EXERCISE BRIEF:
Each entry here needs to be given again exactly.

Stored items:
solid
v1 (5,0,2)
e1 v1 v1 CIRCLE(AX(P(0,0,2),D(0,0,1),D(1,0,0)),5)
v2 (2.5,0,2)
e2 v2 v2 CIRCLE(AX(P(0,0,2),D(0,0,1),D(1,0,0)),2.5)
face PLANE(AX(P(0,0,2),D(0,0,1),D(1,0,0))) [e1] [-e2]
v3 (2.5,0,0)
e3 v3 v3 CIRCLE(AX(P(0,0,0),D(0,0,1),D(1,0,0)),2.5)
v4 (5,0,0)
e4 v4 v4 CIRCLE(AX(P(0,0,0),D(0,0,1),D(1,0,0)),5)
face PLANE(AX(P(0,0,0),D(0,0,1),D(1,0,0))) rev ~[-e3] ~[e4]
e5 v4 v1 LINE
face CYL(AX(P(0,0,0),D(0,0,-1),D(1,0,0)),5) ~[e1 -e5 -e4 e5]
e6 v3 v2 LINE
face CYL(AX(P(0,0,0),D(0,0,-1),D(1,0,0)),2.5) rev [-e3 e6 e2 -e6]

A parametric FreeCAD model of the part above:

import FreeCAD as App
import Part
import Sketcher

V = App.Vector
Q = App.Units.Quantity

doc = App.newDocument("Part")
body = doc.addObject("PartDesign::Body", "Body")

sketch1 = body.newObject("Sketcher::SketchObject", "Sketch")
sketch1.AttachmentSupport = (doc.getObject("XY_Plane"), [""])
sketch1.MapMode = "FlatFace"
sketch1.addGeometry(Part.Circle(V(0, 0, 0), V(0, 0, 1), 5), False)
sketch1.addGeometry(Part.Circle(V(0, 0, 0), V(0, 0, 1), 2.5), False)
sketch1.addConstraint(Sketcher.Constraint("Coincident", 0, 3, -1, 1))
sketch1.addConstraint(Sketcher.Constraint("Coincident", 1, 3, -1, 1))
sketch1.addConstraint(Sketcher.Constraint("Diameter", 0, Q("10 mm")))
sketch1.addConstraint(Sketcher.Constraint("Diameter", 1, Q("5 mm")))
pad1 = body.newObject("PartDesign::Pad", "Pad")
pad1.Profile = sketch1
pad1.Length = 2

doc.recompute()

ANSWER TO THIS PROBLEM:
solid
v1 (5,0,2)
e1 v1 v1 CIRCLE(AX(P(0,0,2),D(0,0,1),D(1,0,0)),5)
v2 (2.5,0,2)
e2 v2 v2 CIRCLE(AX(P(0,0,2),D(0,0,1),D(1,0,0)),2.5)
face PLANE(AX(P(0,0,2),D(0,0,1),D(1,0,0))) [e1] [-e2]
v3 (2.5,0,0)
e3 v3 v3 CIRCLE(AX(P(0,0,0),D(0,0,1),D(1,0,0)),2.5)
v4 (5,0,0)
e4 v4 v4 CIRCLE(AX(P(0,0,0),D(0,0,1),D(1,0,0)),5)
face PLANE(AX(P(0,0,0),D(0,0,1),D(1,0,0))) rev ~[-e3] ~[e4]
e5 v4 v1 LINE
face CYL(AX(P(0,0,0),D(0,0,-1),D(1,0,0)),5) ~[e1 -e5 -e4 e5]
e6 v3 v2 LINE
face CYL(AX(P(0,0,0),D(0,0,-1),D(1,0,0)),2.5) rev [-e3 e6 e2 -e6]

A parametric FreeCAD model of the part above:

import FreeCAD as App
import Part
import Sketcher

V = App.Vector
Q = App.Units.Quantity

doc = App.newDocument("Part")
body = doc.addObject("PartDesign::Body", "Body")

sketch1 = body.newObject("Sketcher::SketchObject", "Sketch")
sketch1.AttachmentSupport = (doc.getObject("XY_Plane"), [""])
sketch1.MapMode = "FlatFace"
sketch1.addGeometry(Part.Circle(V(0, 0, 0), V(0, 0, 1), 5), False)
sketch1.addGeometry(Part.Circle(V(0, 0, 0), V(0, 0, 1), 2.5), False)
sketch1.addConstraint(Sketcher.Constraint("Coincident", 0, 3, -1, 1))
sketch1.addConstraint(Sketcher.Constraint("Coincident", 1, 3, -1, 1))
sketch1.addConstraint(Sketcher.Constraint("Diameter", 0, Q("10 mm")))
sketch1.addConstraint(Sketcher.Constraint("Diameter", 1, Q("5 mm")))
pad1 = body.newObject("PartDesign::Pad", "Pad")
pad1.Profile = sketch1
pad1.Length = 2

doc.recompute()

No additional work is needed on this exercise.